Whereas the former, perhaps due to the fact that this is another MRC-based organization, was for free and, once invited for the interviews, both accommodation and travel expenses got reimbursed, the on-line application to the university cost £25. What’s more, outdated as it may sound, I had to (quickly) send a paper copy of all the papers and forms I had already electronically sent to them through the post: this means I had to ask my refs not only to send their reference letters via email, but also to print them out, put 3 (!) copies in a sealed envelop (together with 3 copies of other documents I had to fill in and make them sign). Those envelops had to be ridiculously signed on the outside, just  across the seal, and the signature was to be protected with a bit of sticky tape. All these complicated procedures were meant to prevent anyone (me?) from forging the precious content and to keep it secret to me (ha ha ha!).
MRC LMB - Addenbrooke's Hospital
Nevertheless, although pathetically old-fashioned, Cambridge was rather quick in letting me know the (negative) outcome of my application and the LMB was very kind throughout my staying at Addenbrooke’s for the interview. All things considered, thus, I may still look at them for a PostDoc.
Interview Day
Sadly (?), I cannot say the same for the rival counterpart: Oxford. Sure, their £25 on-line application system is simpler, more user-friendly, incredibly quicker to complete and it doesn’t even require a paper submission afterwards.
However, unlike my interview at LMB, I have no photograph of Oxford to show you as my interview was over the phone. I know this is not that unusual, but it still sounds idiotic to me (and I really do mean that!).
Even more infuriating was their timing. On leaving Addenbrooke’s, I was told a final decision would have been taken shortly and, whatever the outcome, they would have contacted me no later than a certain day (two weeks time, to be precise): I was told the result one before the deadline.

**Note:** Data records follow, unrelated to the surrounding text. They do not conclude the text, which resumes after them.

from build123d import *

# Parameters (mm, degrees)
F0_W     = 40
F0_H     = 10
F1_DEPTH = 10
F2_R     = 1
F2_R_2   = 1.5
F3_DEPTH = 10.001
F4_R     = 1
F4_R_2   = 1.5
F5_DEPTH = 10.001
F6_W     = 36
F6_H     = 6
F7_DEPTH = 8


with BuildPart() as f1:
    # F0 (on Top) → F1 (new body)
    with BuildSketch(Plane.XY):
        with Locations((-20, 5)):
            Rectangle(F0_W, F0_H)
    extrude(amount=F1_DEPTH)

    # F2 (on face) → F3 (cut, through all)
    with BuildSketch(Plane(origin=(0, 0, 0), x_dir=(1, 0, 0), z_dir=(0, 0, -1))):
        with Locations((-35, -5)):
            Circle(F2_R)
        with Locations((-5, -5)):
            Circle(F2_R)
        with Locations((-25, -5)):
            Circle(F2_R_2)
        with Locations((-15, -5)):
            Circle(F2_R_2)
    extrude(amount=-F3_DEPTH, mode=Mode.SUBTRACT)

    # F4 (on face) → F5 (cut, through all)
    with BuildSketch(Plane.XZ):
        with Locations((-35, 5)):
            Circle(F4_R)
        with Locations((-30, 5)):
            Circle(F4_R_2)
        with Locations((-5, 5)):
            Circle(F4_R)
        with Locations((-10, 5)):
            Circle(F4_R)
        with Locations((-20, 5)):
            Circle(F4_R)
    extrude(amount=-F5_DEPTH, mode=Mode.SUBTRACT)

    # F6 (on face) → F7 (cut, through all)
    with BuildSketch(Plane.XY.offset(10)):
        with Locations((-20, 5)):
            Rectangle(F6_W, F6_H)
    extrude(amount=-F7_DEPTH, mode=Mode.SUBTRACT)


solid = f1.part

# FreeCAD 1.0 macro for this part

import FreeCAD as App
import Part
import Sketcher

V = App.Vector

doc = App.newDocument("Part")
body = doc.addObject("PartDesign::Body", "Body")

# Sketch on XY plane
sketch1 = doc.addObject("Sketcher::SketchObject", "Sketch")
body.addObject(sketch1)
sketch1.AttachmentSupport = (doc.XY_Plane, [""])
sketch1.MapMode = "FlatFace"
sketch1.addGeometry([
    Part.LineSegment(V(-40, 10, 0), V(-40, 0, 0)),
    Part.LineSegment(V(-40, 0, 0), V(0, 0, 0)),
    Part.LineSegment(V(0, 0, 0), V(0, 10, 0)),
    Part.LineSegment(V(0, 10, 0), V(-40, 10, 0)),
], False)
sketch1.addConstraint([
    Sketcher.Constraint("Coincident", 0, 2, 1, 1),
    Sketcher.Constraint("Coincident", 1, 2, 2, 1),
    Sketcher.Constraint("Coincident", 2, 2, 3, 1),
    Sketcher.Constraint("Coincident", 3, 2, 0, 1),
    Sketcher.Constraint("Vertical", 0),
    Sketcher.Constraint("Horizontal", 1),
    Sketcher.Constraint("Vertical", 2),
    Sketcher.Constraint("Horizontal", 3),
    Sketcher.Constraint("Coincident", 1, 2, -1, 1),
    Sketcher.Constraint("DistanceX", 1, 1, 1, 2, 40.0),
    Sketcher.Constraint("DistanceY", 0, 2, 0, 1, 10.0),
])
pad1 = doc.addObject("PartDesign::Pad", "Pad")
body.addObject(pad1)
pad1.Profile = sketch1
pad1.Length = 10

# Sketch on XY plane
sketch2 = doc.addObject("Sketcher::SketchObject", "Sketch001")
body.addObject(sketch2)
sketch2.AttachmentSupport = (doc.XY_Plane, [""])
sketch2.MapMode = "FlatFace"
sketch2.addGeometry([
    Part.Circle(V(-35, 5, 0), V(0, 0, 1), 1),
    Part.Circle(V(-5, 5, 0), V(0, 0, 1), 1),
    Part.Circle(V(-25, 5, 0), V(0, 0, 1), 1.5),
    Part.Circle(V(-15, 5, 0), V(0, 0, 1), 1.5),
], False)
sketch2.addConstraint([
    Sketcher.Constraint("Equal", 0, 1),
    Sketcher.Constraint("Equal", 2, 3),
    Sketcher.Constraint("Horizontal", 0, 3, 1, 3),
    Sketcher.Constraint("Horizontal", 1, 3, 2, 3),
    Sketcher.Constraint("Horizontal", 2, 3, 3, 3),
    Sketcher.Constraint("Diameter", 0, 2.0),
    Sketcher.Constraint("Diameter", 2, 3.0),
    Sketcher.Constraint("DistanceX", 0, 3, -1, 1, 35.0),
    Sketcher.Constraint("DistanceY", -1, 1, 0, 3, 5.0),
    Sketcher.Constraint("DistanceX", 1, 3, -1, 1, 5.0),
    Sketcher.Constraint("DistanceX", 2, 3, -1, 1, 25.0),
    Sketcher.Constraint("DistanceX", 3, 3, -1, 1, 15.0),
])
pocket1 = doc.addObject("PartDesign::Pocket", "Pocket")
body.addObject(pocket1)
pocket1.Profile = sketch2
pocket1.Type = "ThroughAll"
pocket1.Reversed = True

# Sketch on XZ plane
sketch3 = doc.addObject("Sketcher::SketchObject", "Sketch002")
body.addObject(sketch3)
sketch3.AttachmentSupport = (doc.XZ_Plane, [""])
sketch3.MapMode = "FlatFace"
sketch3.addGeometry([
    Part.Circle(V(-35, 5, 0), V(0, 0, 1), 1),  # 0
    Part.Circle(V(-30, 5, 0), V(0, 0, 1), 1.5),  # 1
    Part.Circle(V(-5, 5, 0), V(0, 0, 1), 1),  # 2
    Part.Circle(V(-10, 5, 0), V(0, 0, 1), 1),  # 3
    Part.Circle(V(-20, 5, 0), V(0, 0, 1), 1),  # 4
], False)
sketch3.addConstraint([
    Sketcher.Constraint("Equal", 0, 2),
    Sketcher.Constraint("Equal", 2, 3),
    Sketcher.Constraint("Equal", 3, 4),
    Sketcher.Constraint("Horizontal", 0, 3, 1, 3),
    Sketcher.Constraint("Horizontal", 1, 3, 2, 3),
    Sketcher.Constraint("Horizontal", 2, 3, 3, 3),
    Sketcher.Constraint("Horizontal", 3, 3, 4, 3),
    Sketcher.Constraint("Diameter", 0, 2.0),
    Sketcher.Constraint("Diameter", 1, 3.0),
    Sketcher.Constraint("DistanceX", 0, 3, -1, 1, 35.0),
    Sketcher.Constraint("DistanceY", -1, 1, 0, 3, 5.0),
    Sketcher.Constraint("DistanceX", 1, 3, -1, 1, 30.0),
    Sketcher.Constraint("DistanceX", 2, 3, -1, 1, 5.0),
    Sketcher.Constraint("DistanceX", 3, 3, -1, 1, 10.0),
    Sketcher.Constraint("DistanceX", 4, 3, -1, 1, 20.0),
])
pocket2 = doc.addObject("PartDesign::Pocket", "Pocket001")
body.addObject(pocket2)
pocket2.Profile = sketch3
pocket2.Type = "ThroughAll"

# Sketch on XY plane
sketch4 = doc.addObject("Sketcher::SketchObject", "Sketch003")
body.addObject(sketch4)
sketch4.AttachmentSupport = (doc.XY_Plane, [""])
sketch4.MapMode = "FlatFace"
sketch4.AttachmentOffset = App.Placement(V(0, 0, 10), App.Rotation())
sketch4.addGeometry([
    Part.LineSegment(V(-38, 8, 0), V(-38, 2, 0)),
    Part.LineSegment(V(-38, 2, 0), V(-2, 2, 0)),
    Part.LineSegment(V(-2, 2, 0), V(-2, 8, 0)),
    Part.LineSegment(V(-2, 8, 0), V(-38, 8, 0)),
], False)
sketch4.addConstraint([
    Sketcher.Constraint("Coincident", 0, 2, 1, 1),
    Sketcher.Constraint("Coincident", 1, 2, 2, 1),
    Sketcher.Constraint("Coincident", 2, 2, 3, 1),
    Sketcher.Constraint("Coincident", 3, 2, 0, 1),
    Sketcher.Constraint("Vertical", 0),
    Sketcher.Constraint("Horizontal", 1),
    Sketcher.Constraint("Vertical", 2),
    Sketcher.Constraint("Horizontal", 3),
    Sketcher.Constraint("DistanceX", 1, 1, 1, 2, 36.0),
    Sketcher.Constraint("DistanceY", 0, 2, 0, 1, 6.0),
    Sketcher.Constraint("DistanceX", 0, 2, -1, 1, 38.0),
    Sketcher.Constraint("DistanceY", -1, 1, 0, 2, 2.0),
])
pocket3 = doc.addObject("PartDesign::Pocket", "Pocket002")
body.addObject(pocket3)
pocket3.Profile = sketch4
pocket3.Length = 8

doc.recompute()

It took Oxford (dep. of biochemistry) more than a month to come up with an answer: by that time (interview on February 29, no news until April 3), I had already gone through my interview at Imperial, accepted it and submitted all the official papers to the MRC. To make things worse, after my phone interview (which doesn’t really give you any opportunity to know anything about the group and place you might join) I was told they would have informed me “at least within a week”.

Therefore, I can already tell you The Euchromatic Blog will be hypercritical to Oxford University.

It’s important, anyhow, to make absolutely clear that the position I’ve got is, by a large margin, the best one from many points of view (the only drawback is that I’d have liked to live in small, peaceful and full-of-students Cambridge rather than in a huge city such as London). I applied to LMB mostly because of its fame and then turned to Oxford and Imperial for opposite reasons: the former to try both sides of Oxbridge, the latter because of the project itself. In fact, I haven’t talked about the other successful applications I turned down because fortunately already with a gorgeous project in my hands (which means I won't go to Switzerland...).